BAGHDAD (AFP) — Iraq’s security forces face a rising chorus of criticism that, with violence at the highest level in years, their heavy-handed tactics and alleged abuses do more harm than good.
Human rights groups, analysts, diplomats and lawmakers have become increasingly vocal over a litany of alleged abuses including mass arrests, prolonged periods of detention without trial, the closure of some neighbourhoods, and detainee abuse.
They say that, far from reining in Iraq’s worst violence since 2008, the tactics are radicalising moderate Sunnis and distancing them from a government that the minority community alleges disproportionately targets them.
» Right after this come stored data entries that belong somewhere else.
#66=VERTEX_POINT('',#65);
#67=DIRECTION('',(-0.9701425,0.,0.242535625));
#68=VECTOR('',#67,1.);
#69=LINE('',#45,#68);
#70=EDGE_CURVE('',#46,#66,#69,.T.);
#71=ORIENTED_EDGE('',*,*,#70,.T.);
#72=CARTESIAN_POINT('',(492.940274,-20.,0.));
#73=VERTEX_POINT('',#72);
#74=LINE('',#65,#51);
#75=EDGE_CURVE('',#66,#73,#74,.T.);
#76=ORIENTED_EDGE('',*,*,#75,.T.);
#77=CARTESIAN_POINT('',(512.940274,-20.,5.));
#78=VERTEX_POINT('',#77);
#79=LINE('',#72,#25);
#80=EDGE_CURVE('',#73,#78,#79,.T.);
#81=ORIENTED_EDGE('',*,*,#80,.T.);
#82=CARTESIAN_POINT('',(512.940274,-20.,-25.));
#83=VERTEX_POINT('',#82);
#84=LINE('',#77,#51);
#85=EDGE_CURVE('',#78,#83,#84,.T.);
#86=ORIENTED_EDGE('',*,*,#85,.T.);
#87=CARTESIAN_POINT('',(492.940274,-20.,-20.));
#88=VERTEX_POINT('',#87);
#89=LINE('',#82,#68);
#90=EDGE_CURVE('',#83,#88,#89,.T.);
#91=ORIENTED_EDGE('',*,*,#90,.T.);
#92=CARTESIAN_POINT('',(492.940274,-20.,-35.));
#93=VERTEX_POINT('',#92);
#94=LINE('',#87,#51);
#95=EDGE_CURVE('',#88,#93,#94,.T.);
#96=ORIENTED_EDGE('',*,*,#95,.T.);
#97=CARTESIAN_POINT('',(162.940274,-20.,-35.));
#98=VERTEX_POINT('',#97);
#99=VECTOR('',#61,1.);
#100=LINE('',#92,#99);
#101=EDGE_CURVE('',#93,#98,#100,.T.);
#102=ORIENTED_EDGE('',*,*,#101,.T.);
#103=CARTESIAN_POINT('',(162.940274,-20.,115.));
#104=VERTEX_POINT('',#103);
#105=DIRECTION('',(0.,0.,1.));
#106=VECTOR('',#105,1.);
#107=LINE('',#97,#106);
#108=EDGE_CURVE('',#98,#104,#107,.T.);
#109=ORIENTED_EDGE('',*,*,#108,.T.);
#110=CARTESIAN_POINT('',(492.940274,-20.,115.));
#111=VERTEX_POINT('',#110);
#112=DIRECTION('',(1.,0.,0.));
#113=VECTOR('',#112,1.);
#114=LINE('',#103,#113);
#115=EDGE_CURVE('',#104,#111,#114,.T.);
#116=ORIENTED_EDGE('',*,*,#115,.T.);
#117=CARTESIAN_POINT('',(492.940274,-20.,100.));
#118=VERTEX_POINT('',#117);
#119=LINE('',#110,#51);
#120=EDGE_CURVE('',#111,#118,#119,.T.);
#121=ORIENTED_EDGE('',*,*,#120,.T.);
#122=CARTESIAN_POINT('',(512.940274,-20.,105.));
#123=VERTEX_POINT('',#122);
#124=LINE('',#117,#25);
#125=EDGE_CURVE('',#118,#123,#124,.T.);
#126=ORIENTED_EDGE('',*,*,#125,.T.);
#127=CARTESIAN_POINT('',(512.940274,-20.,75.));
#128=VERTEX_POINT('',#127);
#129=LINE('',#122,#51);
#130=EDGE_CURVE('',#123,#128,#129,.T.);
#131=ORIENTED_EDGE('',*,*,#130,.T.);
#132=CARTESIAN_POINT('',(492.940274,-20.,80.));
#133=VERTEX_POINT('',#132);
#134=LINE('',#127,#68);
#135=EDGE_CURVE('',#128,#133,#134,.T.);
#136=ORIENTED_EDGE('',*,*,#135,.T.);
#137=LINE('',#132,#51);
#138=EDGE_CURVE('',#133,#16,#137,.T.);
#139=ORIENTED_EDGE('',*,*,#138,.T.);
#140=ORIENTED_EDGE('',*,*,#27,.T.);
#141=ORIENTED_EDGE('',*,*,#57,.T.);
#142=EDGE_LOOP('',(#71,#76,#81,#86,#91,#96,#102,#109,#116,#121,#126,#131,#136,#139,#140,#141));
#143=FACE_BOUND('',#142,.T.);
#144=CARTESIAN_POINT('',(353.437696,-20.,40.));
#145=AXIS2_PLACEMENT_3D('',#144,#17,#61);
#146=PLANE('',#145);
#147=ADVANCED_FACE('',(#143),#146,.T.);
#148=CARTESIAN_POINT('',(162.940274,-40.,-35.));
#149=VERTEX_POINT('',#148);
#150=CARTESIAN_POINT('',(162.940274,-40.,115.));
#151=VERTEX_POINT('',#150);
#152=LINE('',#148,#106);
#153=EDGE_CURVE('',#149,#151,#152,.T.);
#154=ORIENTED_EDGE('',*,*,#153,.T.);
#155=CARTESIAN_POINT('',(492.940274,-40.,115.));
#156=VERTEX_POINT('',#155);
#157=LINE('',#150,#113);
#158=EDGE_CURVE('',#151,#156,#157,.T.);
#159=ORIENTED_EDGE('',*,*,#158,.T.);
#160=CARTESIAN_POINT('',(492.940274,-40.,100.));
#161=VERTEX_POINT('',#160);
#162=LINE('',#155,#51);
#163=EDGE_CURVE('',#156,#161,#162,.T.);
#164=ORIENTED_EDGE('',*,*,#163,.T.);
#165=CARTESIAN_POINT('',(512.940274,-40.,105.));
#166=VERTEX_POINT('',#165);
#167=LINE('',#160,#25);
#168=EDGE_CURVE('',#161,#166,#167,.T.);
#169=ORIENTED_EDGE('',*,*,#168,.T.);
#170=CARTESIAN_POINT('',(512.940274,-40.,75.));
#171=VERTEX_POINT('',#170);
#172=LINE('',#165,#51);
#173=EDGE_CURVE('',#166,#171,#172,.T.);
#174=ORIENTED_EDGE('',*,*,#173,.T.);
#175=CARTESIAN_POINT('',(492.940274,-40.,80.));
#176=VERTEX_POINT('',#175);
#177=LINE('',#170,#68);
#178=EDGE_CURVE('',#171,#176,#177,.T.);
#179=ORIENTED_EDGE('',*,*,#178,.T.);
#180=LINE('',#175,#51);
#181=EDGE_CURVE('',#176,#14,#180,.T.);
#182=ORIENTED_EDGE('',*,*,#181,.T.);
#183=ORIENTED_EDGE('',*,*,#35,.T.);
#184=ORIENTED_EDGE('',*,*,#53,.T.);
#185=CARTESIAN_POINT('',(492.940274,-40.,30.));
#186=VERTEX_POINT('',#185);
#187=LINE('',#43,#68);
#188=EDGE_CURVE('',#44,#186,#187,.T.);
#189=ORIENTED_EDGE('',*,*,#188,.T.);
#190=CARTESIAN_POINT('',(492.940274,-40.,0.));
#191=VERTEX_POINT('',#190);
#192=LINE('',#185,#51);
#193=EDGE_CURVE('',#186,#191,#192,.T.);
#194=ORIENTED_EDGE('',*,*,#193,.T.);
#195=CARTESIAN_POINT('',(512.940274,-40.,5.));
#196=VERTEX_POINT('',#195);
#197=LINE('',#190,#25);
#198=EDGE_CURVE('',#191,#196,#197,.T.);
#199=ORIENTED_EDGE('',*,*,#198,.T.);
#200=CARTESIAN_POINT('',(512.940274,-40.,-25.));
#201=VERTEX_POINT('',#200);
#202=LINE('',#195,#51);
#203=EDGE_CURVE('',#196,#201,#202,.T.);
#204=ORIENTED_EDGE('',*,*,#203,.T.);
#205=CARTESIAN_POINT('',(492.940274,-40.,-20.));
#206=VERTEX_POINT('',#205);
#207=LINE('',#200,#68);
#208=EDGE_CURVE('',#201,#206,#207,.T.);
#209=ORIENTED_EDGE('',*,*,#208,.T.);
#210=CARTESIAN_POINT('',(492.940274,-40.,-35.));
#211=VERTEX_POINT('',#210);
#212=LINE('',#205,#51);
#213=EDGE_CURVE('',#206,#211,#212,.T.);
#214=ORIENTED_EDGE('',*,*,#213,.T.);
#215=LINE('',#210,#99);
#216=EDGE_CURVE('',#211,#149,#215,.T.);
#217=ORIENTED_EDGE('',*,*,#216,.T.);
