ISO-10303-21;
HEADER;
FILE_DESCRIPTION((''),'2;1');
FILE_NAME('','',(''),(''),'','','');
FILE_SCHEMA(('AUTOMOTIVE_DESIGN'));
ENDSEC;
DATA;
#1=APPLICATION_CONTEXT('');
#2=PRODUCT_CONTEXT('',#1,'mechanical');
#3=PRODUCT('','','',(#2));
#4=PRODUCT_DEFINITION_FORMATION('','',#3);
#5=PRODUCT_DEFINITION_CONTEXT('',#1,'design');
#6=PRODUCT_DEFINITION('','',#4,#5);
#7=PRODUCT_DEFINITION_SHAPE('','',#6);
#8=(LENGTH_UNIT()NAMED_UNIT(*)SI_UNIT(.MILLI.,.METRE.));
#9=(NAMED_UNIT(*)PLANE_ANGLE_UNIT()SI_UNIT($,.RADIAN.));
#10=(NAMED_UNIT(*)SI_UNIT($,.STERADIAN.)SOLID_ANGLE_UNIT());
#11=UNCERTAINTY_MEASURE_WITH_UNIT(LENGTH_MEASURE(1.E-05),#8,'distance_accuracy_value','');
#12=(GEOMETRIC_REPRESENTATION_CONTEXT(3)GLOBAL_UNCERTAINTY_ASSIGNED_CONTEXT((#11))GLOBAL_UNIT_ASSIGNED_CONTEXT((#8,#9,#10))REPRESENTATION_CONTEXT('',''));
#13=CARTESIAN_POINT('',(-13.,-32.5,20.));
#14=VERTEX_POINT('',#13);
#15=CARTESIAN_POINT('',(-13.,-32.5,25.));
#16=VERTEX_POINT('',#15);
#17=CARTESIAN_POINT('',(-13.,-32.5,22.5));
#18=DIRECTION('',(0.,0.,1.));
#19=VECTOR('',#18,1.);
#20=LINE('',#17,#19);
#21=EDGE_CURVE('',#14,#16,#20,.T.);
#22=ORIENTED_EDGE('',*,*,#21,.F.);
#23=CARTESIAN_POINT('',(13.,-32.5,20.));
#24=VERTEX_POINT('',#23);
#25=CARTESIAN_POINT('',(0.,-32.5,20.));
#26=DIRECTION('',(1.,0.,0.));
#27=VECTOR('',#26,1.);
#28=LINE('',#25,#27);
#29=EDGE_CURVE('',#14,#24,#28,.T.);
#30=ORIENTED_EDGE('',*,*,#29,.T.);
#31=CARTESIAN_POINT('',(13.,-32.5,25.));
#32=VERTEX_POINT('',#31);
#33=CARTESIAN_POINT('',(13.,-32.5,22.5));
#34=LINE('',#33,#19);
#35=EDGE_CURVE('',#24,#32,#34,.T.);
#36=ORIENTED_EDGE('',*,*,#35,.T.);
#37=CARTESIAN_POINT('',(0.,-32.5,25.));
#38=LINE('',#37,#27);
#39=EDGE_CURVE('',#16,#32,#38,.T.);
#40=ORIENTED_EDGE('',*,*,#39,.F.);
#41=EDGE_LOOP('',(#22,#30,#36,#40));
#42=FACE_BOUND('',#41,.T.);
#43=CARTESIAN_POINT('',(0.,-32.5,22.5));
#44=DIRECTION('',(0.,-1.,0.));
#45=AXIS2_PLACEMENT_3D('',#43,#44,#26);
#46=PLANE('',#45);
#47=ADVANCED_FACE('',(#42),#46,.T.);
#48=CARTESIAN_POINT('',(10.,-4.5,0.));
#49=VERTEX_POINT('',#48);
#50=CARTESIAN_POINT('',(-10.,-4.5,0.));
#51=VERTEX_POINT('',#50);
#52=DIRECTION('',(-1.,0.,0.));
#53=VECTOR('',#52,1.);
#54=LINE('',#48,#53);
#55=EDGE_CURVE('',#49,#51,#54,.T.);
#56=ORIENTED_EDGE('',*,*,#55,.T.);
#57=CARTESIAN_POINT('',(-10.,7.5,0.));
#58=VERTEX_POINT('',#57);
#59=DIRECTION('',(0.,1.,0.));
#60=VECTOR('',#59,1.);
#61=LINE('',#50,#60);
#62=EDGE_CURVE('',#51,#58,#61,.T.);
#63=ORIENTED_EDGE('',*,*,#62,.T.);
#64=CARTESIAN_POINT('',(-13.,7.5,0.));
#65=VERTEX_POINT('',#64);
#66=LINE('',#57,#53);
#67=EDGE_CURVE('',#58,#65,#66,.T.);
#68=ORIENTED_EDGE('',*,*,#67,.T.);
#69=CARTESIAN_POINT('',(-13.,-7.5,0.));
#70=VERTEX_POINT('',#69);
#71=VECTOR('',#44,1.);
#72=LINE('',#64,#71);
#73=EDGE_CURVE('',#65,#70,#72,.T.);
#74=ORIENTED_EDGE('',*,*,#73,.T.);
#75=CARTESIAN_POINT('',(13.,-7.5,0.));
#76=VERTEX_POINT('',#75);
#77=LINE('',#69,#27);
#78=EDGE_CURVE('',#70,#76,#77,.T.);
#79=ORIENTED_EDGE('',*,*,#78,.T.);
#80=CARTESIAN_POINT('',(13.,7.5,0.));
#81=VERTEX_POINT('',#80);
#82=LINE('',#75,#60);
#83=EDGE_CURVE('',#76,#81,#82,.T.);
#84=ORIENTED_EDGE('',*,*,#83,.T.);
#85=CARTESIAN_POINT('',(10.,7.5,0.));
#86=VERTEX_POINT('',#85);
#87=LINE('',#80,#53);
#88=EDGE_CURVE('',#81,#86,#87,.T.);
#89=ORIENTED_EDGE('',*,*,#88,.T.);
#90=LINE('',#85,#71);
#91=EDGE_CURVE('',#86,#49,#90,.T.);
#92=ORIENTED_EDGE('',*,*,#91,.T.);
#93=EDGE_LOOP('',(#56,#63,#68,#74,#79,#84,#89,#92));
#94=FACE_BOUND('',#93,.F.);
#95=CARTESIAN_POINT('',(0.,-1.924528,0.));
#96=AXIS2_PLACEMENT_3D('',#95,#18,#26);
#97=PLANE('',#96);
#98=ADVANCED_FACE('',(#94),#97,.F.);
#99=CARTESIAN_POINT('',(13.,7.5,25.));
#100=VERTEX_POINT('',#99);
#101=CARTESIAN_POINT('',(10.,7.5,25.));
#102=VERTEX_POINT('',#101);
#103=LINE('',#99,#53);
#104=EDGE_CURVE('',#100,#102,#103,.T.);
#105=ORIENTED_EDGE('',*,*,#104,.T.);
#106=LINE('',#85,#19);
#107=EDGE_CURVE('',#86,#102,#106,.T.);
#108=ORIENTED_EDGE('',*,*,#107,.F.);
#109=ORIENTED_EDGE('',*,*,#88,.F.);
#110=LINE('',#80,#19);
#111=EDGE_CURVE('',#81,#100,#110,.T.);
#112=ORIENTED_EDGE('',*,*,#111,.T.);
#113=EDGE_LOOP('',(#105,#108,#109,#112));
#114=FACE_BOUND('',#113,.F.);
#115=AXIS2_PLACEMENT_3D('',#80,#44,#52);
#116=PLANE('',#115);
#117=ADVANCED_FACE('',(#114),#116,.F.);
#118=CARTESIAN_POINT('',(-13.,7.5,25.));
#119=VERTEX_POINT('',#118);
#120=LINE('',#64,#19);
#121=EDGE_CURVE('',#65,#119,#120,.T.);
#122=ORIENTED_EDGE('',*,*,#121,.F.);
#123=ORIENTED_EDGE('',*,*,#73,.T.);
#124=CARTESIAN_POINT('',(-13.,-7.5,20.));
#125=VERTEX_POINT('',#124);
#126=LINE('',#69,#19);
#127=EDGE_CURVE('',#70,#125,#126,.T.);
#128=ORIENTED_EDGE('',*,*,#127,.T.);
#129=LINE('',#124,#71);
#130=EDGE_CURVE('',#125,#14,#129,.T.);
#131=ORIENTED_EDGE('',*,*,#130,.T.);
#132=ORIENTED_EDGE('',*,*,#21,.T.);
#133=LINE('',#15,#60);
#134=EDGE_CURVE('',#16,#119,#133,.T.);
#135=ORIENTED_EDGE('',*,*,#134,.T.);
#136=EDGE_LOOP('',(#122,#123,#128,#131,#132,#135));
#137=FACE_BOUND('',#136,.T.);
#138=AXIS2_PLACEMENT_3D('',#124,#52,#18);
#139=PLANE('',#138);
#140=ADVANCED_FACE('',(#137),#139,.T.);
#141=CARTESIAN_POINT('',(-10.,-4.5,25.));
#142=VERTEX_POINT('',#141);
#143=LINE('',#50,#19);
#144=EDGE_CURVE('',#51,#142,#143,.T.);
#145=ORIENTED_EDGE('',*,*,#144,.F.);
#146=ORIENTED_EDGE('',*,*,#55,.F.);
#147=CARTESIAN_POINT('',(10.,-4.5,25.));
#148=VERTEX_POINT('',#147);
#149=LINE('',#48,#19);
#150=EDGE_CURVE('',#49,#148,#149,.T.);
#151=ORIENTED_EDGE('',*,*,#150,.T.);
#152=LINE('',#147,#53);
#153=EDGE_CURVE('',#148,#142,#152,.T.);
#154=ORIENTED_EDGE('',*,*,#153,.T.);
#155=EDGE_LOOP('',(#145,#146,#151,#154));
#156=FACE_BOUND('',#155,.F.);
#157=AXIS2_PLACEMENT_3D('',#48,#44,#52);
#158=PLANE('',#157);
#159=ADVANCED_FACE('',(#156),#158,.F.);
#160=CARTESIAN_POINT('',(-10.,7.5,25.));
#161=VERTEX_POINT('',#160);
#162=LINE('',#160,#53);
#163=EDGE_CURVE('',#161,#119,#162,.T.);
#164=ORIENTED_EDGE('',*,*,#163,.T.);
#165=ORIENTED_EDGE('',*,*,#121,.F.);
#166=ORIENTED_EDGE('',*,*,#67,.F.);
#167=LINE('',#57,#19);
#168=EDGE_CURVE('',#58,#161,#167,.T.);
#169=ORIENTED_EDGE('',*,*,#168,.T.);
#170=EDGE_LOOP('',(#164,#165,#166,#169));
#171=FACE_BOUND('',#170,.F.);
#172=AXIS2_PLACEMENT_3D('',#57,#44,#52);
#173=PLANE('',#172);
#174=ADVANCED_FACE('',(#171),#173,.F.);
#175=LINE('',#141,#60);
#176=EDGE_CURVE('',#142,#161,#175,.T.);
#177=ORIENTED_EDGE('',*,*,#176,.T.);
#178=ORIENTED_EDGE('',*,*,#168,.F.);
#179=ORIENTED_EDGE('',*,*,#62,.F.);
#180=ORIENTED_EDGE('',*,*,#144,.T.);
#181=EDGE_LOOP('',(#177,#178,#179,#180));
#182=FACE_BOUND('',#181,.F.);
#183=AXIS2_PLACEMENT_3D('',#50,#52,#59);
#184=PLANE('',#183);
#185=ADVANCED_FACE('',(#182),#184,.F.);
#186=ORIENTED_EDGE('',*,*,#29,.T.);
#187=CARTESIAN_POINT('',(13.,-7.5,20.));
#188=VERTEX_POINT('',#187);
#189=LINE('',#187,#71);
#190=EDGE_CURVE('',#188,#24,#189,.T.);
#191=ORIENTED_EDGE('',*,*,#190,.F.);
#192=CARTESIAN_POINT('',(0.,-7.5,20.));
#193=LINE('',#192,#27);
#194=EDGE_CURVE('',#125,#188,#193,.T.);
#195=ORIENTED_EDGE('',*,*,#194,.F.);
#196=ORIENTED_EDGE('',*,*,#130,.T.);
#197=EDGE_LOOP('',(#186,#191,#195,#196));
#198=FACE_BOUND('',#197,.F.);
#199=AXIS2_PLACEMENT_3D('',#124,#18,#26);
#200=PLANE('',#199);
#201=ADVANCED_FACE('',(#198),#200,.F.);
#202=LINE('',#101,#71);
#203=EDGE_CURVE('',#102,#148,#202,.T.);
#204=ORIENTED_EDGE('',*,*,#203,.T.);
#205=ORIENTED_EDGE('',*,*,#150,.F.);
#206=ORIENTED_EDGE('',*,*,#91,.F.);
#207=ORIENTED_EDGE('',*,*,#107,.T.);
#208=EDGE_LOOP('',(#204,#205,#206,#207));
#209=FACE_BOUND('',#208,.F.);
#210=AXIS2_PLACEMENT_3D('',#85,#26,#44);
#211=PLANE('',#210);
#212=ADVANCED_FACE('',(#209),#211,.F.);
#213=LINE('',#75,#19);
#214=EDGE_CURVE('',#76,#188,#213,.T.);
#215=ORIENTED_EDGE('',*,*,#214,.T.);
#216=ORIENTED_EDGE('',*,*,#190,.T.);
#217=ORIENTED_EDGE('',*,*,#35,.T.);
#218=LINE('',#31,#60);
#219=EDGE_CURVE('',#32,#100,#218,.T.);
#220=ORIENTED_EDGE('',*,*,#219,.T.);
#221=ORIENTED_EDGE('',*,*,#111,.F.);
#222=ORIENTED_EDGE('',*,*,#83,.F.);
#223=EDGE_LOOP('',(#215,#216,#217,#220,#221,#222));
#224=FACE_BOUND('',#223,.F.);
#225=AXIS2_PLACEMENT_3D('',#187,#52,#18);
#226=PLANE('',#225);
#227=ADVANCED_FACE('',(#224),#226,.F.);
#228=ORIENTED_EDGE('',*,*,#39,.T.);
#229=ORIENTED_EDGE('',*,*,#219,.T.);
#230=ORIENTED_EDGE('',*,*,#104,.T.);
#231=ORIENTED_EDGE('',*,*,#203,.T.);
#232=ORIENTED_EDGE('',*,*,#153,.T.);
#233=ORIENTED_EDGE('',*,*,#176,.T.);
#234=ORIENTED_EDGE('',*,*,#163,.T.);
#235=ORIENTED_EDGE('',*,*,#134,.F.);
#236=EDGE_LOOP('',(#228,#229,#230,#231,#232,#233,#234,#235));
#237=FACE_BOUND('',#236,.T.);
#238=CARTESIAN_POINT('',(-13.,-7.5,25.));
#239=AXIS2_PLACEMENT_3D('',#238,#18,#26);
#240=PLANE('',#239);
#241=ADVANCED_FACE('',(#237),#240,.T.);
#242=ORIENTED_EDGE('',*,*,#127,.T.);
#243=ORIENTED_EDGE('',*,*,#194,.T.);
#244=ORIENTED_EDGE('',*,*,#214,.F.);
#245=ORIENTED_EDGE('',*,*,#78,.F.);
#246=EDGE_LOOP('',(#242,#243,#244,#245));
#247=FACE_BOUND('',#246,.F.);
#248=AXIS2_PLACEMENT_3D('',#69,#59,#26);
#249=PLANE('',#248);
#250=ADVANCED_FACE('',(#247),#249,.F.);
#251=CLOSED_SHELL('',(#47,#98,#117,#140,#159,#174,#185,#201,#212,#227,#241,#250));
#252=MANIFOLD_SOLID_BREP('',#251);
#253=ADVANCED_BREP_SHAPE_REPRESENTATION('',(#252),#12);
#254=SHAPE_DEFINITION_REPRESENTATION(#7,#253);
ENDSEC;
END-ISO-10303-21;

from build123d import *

# Parameters (mm, degrees)
F1_DEPTH = 25
F2_W     = 26
F2_H     = 5
F3_DEPTH = 25


with BuildPart() as f1:
    # F0 (on Top) → F1 (new body)
    with BuildSketch(Plane.XY):
        Polygon((-10, 7.5), (-13, 7.5), (-13, -7.5), (13, -7.5), (13, 7.5), (10, 7.5), (10, -4.5), (-10, -4.5), align=None)
    extrude(amount=F1_DEPTH)

    # F2 (on face) → F3 (join)
    with BuildSketch(Plane.XZ.offset(7.5)):
        with Locations((0, 22.5)):
            Rectangle(F2_W, F2_H)
    extrude(amount=F3_DEPTH)


solid = f1.part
“It’s impossible to ignore the connection between the abuses the security forces are carrying out and the really significant increase in violence,” said Erin Evers, Iraq researcher for New York-based Human Rights Watch, adding that a culture of impunity for both militants and security forces is exacerbating the situation.
Iraq is grappling with its worst protracted period of bloodshed since it emerged from the brutal Sunni-Shiite sectarian war that peaked in 2006-07 and left tens of thousands dead.
More than 6,750 people have been killed this year, according to an AFP tally.
The Shiite-led authorities and security forces have for months trumpeted massive operations targeting militants, which they say have led to the killing and capture of insurgents and the dismantling of training camps and bomb-making sites, insisting that they are making progress in combating violence.
But they have faced criticism for focusing on the security aspect of the problem and not doing more to address the underlying frustration in the disaffected Sunni community, members of which allege not only mistreatment at the hands of the security forces but also difficulty accessing government jobs and investment.
In particular, Sunnis say they are targeted by the army and police for mass warrantless arrests, long periods of detention, and physical abuse while they are being held.
“It’s a big problem,” Munjid al-Rezali, who heads Iraq’s Medical Legal Institute (MLI), said of torture in prison.